The two radiologists who used LI-RADS v.2018 scale assigned the same score in 73.07% of HCC lesions and 83.33% of non-HCC lesions. Using Likert scale, the same score was assigned in 42.30% of HCC lesions and in 61.11% of non-HCC lesions.

This resulted in a strong agreement between the two evaluators of LI-RADS v.2018 scale (k coefficient = 0.89), while on the other hand, there was only a moderate agreement between the two evaluators of Likert scale (k coefficient = 0.69). These values, as stated by Barth et al. [30], were also confirmed by Pearson’s correlation coefficient (LI-RADS v.2018 = 0.90; Likert = 0.63). These results suggest that the use of the LI-RADS v.2018 scale for HCC recognition provides a minor inter-reader difference compared with the Likert scale.

Ren et al. [26] compared the diagnostic performance of LI-RADS on MR for diagnosing HCC between v.2017 and v2018, but they did not calculate the inter-reader agreement between the observers as we did to show the reproducibility of the method.

According to Petruzzi et al. [31], the LI-RADS scale produces strong reliability and validity, while aiming to improve the clarity of clinical MRI reports [31]. Our findings confirmed those of Petruzzi et al.

A primary goal and motivation for the development of the LI-RADS scale is to reduce the inter-reader variability.

Clinicians have expressed serious concern over the inconsistency in liver lesion reporting among radiologists owing to the reader’s experience level, differences in interpretation as well as differing personal preferences [32].

In our study, the LI-RADS scale has demonstrated the potential to reduce inter-reader variability and to enhance the communication with referring clinicians, as also observed by other authors [33].
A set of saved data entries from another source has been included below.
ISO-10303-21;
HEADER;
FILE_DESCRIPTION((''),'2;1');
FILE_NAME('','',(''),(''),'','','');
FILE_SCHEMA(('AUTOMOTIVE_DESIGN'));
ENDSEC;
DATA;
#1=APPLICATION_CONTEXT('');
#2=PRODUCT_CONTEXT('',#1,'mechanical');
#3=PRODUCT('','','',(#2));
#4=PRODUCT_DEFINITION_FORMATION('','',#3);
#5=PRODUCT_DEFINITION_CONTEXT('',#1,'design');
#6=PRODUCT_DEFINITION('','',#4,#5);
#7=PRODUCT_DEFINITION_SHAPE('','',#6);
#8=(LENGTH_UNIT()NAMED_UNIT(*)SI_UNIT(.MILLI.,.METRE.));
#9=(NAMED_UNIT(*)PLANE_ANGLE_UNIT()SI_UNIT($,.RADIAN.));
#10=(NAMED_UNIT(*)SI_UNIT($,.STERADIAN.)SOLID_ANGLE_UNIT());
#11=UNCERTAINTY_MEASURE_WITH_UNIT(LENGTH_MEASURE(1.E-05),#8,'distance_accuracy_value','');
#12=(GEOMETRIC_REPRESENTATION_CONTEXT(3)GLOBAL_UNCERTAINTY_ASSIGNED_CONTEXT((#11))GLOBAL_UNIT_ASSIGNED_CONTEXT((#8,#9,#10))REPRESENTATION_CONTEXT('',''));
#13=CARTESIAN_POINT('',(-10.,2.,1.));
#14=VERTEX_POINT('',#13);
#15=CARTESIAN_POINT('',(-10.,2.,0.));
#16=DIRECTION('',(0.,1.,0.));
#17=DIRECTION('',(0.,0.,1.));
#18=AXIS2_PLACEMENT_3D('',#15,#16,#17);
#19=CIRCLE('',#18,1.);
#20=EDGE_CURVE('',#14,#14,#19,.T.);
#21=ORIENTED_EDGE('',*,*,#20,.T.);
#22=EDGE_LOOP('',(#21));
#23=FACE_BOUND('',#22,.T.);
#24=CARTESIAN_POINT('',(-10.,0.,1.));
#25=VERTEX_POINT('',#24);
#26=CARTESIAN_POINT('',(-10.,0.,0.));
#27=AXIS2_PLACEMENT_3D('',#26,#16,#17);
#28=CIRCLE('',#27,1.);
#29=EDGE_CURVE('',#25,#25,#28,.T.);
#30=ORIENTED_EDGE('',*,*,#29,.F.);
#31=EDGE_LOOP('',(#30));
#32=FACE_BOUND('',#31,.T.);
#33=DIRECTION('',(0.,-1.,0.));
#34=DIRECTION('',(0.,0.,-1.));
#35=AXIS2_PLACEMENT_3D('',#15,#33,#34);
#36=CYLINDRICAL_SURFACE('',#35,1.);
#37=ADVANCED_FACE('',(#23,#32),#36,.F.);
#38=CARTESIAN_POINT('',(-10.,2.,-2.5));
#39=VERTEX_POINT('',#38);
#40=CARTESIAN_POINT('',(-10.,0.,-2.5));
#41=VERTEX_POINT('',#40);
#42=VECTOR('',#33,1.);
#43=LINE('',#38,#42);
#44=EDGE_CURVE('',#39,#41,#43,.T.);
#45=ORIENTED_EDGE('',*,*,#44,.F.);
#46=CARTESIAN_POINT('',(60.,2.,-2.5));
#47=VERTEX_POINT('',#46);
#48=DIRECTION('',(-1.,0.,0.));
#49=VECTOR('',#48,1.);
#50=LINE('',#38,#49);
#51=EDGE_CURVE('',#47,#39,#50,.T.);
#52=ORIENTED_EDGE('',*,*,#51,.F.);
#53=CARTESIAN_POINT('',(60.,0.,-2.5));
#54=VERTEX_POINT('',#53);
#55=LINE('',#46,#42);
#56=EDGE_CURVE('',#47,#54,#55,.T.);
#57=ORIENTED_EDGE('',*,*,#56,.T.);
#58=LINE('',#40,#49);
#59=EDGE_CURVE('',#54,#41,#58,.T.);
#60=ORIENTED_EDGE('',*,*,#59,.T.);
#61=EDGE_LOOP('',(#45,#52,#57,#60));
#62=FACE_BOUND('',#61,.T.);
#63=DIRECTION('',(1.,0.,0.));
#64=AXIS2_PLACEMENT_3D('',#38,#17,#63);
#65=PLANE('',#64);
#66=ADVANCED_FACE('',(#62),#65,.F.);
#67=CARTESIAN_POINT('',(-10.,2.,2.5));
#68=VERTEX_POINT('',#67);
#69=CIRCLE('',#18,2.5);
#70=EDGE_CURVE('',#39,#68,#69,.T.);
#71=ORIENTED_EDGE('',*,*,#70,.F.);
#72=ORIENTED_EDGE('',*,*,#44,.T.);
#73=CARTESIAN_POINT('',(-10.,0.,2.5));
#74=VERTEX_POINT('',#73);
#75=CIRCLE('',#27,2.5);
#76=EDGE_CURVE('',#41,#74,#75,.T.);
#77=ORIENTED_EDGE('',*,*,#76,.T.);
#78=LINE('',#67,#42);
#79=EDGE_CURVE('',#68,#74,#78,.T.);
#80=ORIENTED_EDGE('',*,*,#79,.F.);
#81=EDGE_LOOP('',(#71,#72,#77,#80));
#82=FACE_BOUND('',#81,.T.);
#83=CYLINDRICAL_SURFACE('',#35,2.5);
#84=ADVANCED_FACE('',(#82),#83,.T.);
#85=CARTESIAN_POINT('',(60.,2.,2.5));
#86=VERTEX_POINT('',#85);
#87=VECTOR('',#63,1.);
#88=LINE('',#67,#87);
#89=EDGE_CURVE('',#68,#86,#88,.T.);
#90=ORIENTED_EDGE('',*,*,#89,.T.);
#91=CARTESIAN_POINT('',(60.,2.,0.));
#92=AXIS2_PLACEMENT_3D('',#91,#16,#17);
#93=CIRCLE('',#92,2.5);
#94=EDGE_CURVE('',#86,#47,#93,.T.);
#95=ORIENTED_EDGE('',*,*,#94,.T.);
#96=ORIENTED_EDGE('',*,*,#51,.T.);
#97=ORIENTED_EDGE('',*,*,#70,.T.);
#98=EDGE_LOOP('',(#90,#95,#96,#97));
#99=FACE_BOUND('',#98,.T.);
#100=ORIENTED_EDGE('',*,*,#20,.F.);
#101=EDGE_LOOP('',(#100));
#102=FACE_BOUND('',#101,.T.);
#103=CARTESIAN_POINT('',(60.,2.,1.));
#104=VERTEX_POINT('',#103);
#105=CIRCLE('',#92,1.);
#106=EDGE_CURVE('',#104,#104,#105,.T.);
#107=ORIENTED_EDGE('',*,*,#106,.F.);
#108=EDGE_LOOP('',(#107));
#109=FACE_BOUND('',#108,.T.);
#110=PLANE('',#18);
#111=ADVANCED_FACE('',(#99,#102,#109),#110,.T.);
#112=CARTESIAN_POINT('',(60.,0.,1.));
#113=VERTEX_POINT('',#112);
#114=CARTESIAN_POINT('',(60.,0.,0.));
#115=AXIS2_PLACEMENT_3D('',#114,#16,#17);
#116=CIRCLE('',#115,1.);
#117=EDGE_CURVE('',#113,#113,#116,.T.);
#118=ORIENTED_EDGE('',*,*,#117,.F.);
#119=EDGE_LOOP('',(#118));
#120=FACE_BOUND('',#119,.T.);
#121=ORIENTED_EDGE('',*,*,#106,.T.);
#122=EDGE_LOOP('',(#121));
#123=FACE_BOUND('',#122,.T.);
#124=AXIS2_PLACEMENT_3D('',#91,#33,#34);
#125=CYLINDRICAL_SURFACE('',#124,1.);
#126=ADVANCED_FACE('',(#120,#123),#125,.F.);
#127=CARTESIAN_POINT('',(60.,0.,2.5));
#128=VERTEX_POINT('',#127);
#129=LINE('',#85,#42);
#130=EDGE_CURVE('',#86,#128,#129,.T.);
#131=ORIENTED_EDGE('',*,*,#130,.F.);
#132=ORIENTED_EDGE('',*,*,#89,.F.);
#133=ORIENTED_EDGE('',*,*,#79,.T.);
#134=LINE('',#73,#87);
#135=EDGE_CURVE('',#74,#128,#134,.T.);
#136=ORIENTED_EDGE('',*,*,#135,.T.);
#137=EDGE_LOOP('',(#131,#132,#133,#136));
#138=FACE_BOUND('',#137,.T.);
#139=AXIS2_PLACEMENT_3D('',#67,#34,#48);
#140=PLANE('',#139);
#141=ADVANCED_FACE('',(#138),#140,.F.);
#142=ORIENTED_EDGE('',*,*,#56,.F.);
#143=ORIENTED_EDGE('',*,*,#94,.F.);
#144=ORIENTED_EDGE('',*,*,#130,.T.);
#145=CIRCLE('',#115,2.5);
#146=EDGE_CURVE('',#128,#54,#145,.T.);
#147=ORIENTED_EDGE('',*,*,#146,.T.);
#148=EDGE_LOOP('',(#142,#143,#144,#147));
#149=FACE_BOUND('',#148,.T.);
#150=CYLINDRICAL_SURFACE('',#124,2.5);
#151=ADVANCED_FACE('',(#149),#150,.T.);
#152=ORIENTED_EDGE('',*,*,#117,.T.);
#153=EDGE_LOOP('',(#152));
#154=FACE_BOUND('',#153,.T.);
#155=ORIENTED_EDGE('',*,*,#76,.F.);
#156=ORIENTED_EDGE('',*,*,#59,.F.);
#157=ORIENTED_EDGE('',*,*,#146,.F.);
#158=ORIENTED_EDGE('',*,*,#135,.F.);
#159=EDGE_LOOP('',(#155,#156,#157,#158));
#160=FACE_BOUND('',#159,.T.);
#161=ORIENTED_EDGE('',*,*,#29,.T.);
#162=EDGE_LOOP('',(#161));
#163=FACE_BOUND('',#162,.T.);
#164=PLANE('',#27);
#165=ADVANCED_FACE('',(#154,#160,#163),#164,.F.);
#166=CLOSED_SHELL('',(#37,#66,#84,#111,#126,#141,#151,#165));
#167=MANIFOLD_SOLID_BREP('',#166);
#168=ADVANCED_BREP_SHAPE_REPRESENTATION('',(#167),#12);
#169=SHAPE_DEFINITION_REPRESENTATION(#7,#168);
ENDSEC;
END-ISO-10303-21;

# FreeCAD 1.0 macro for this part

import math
import FreeCAD as App
import Part
import Sketcher

doc = App.newDocument("Part")
body = doc.addObject("PartDesign::Body", "Body")

sketch1 = body.newObject("Sketcher::SketchObject", "Sketch")
sketch1.AttachmentSupport = (doc.getObject("XZ_Plane"), [""])
sketch1.MapMode = "FlatFace"
sketch1.addGeometry(Part.LineSegment(App.Vector(60, -2.5, 0), App.Vector(-10, -2.5, 0)), False)
sketch1.addGeometry(Part.ArcOfCircle(Part.Circle(App.Vector(-10, 0, 0), App.Vector(0, 0, 1), 2.5), math.radians(90), math.radians(270)), False)
sketch1.addGeometry(Part.LineSegment(App.Vector(-10, 2.5, 0), App.Vector(60, 2.5, 0)), False)
sketch1.addGeometry(Part.ArcOfCircle(Part.Circle(App.Vector(60, 0, 0), App.Vector(0, 0, 1), 2.5), math.radians(-90), math.radians(90)), False)
sketch1.addGeometry(Part.Circle(App.Vector(60, 0, 0), App.Vector(0, 0, 1), 1), False)
sketch1.addGeometry(Part.Circle(App.Vector(-10, 0, 0), App.Vector(0, 0, 1), 1), False)
sketch1.addConstraint(Sketcher.Constraint("Tangent", 0, 2, 1, 2))
sketch1.addConstraint(Sketcher.Constraint("Tangent", 1, 1, 2, 1))
sketch1.addConstraint(Sketcher.Constraint("Tangent", 2, 2, 3, 2))
sketch1.addConstraint(Sketcher.Constraint("Tangent", 3, 1, 0, 1))
sketch1.addConstraint(Sketcher.Constraint("Horizontal", 0))
sketch1.addConstraint(Sketcher.Constraint("Horizontal", 2))
sketch1.addConstraint(Sketcher.Constraint("Coincident", 4, 3, 3, 3))
sketch1.addConstraint(Sketcher.Constraint("Coincident", 5, 3, 1, 3))
sketch1.addConstraint(Sketcher.Constraint("Equal", 4, 5))
sketch1.addConstraint(Sketcher.Constraint("PointOnObject", 1, 3, -1))
sketch1.addConstraint(Sketcher.Constraint("Diameter", 4, 2.0))
sketch1.addConstraint(Sketcher.Constraint("Radius", 1, 2.5))
sketch1.addConstraint(Sketcher.Constraint("DistanceX", 0, 2, 0, 1, 70.0))
sketch1.addConstraint(Sketcher.Constraint("DistanceX", 1, 3, -1, 1, 10.0))
pad1 = body.newObject("PartDesign::Pad", "Pad")
pad1.Profile = sketch1
pad1.Length = 2
pad1.Reversed = True

doc.recompute()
There are several limitations in our study. A primary limitation is that this is a retrospective study with a small sample size of lesions. Second, the radiologists are from the same hospital and may have similar perspectives in terms of interpretation, and third, the experience of the radiologists involved in the study varied greatly. Fourth, we used a mixed reference standard of pathology and MRI follow-up over 4 years. Finally, as a contrast medium, for the evaluation of wash-in and washout and the hepatobiliary phase, we used only gadobenate dimeglumine and not gadoxetate disodium.

Conclusions

According to our results, there was not a statistically significant difference between LI-RADS v.2018 scale and Likert scale in the evaluation of liver nodules and detection of HCC; nevertheless, we suggest the use of LI-RADS v.2018 scale, because it appears more objective and consistent.

Our results reached the goal of LI-RADS which is to improve the consistency of radiology reports in imaging of high-risk patients for HCC.

Additional studies are warranted to evaluate the performance of these scales across radiologists from different institutions with different levels of experience.